BRIEF: Please give back, exactly as written, only the line containing "with BuildPart() as" and every line after it until the data below ends.

Stored data:
- - -
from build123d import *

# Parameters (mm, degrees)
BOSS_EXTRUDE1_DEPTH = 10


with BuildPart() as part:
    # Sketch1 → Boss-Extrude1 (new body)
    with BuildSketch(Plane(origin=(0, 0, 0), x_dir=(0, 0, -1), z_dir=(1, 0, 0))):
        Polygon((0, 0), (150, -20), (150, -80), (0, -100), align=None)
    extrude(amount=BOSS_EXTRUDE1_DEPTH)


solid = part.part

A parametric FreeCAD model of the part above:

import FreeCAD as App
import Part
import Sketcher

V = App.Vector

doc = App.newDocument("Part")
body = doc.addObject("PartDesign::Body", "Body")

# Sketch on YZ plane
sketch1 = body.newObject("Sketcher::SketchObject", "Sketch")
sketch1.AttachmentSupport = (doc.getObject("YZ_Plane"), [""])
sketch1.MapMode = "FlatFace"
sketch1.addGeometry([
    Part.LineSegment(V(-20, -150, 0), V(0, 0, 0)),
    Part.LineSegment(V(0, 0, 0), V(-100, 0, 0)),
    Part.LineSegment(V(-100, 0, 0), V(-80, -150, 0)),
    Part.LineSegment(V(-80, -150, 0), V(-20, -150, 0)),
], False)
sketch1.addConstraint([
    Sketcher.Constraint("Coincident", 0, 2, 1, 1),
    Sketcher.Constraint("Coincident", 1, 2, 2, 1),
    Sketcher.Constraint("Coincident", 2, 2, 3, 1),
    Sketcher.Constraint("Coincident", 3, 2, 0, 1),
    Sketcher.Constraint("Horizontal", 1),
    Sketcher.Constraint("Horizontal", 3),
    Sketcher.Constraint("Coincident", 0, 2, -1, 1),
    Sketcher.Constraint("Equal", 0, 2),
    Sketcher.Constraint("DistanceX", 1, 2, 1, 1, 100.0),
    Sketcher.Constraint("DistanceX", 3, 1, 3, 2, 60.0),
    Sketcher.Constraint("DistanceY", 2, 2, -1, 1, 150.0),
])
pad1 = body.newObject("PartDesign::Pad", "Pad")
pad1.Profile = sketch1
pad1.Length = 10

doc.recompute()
- - -
TASK ANSWER:
with BuildPart() as part:
    # Sketch1 → Boss-Extrude1 (new body)
    with BuildSketch(Plane(origin=(0, 0, 0), x_dir=(0, 0, -1), z_dir=(1, 0, 0))):
        Polygon((0, 0), (150, -20), (150, -80), (0, -100), align=None)
    extrude(amount=BOSS_EXTRUDE1_DEPTH)


solid = part.part

A parametric FreeCAD model of the part above:

import FreeCAD as App
import Part
import Sketcher

V = App.Vector

doc = App.newDocument("Part")
body = doc.addObject("PartDesign::Body", "Body")

# Sketch on YZ plane
sketch1 = body.newObject("Sketcher::SketchObject", "Sketch")
sketch1.AttachmentSupport = (doc.getObject("YZ_Plane"), [""])
sketch1.MapMode = "FlatFace"
sketch1.addGeometry([
    Part.LineSegment(V(-20, -150, 0), V(0, 0, 0)),
    Part.LineSegment(V(0, 0, 0), V(-100, 0, 0)),
    Part.LineSegment(V(-100, 0, 0), V(-80, -150, 0)),
    Part.LineSegment(V(-80, -150, 0), V(-20, -150, 0)),
], False)
sketch1.addConstraint([
    Sketcher.Constraint("Coincident", 0, 2, 1, 1),
    Sketcher.Constraint("Coincident", 1, 2, 2, 1),
    Sketcher.Constraint("Coincident", 2, 2, 3, 1),
    Sketcher.Constraint("Coincident", 3, 2, 0, 1),
    Sketcher.Constraint("Horizontal", 1),
    Sketcher.Constraint("Horizontal", 3),
    Sketcher.Constraint("Coincident", 0, 2, -1, 1),
    Sketcher.Constraint("Equal", 0, 2),
    Sketcher.Constraint("DistanceX", 1, 2, 1, 1, 100.0),
    Sketcher.Constraint("DistanceX", 3, 1, 3, 2, 60.0),
    Sketcher.Constraint("DistanceY", 2, 2, -1, 1, 150.0),
])
pad1 = body.newObject("PartDesign::Pad", "Pad")
pad1.Profile = sketch1
pad1.Length = 10

doc.recompute()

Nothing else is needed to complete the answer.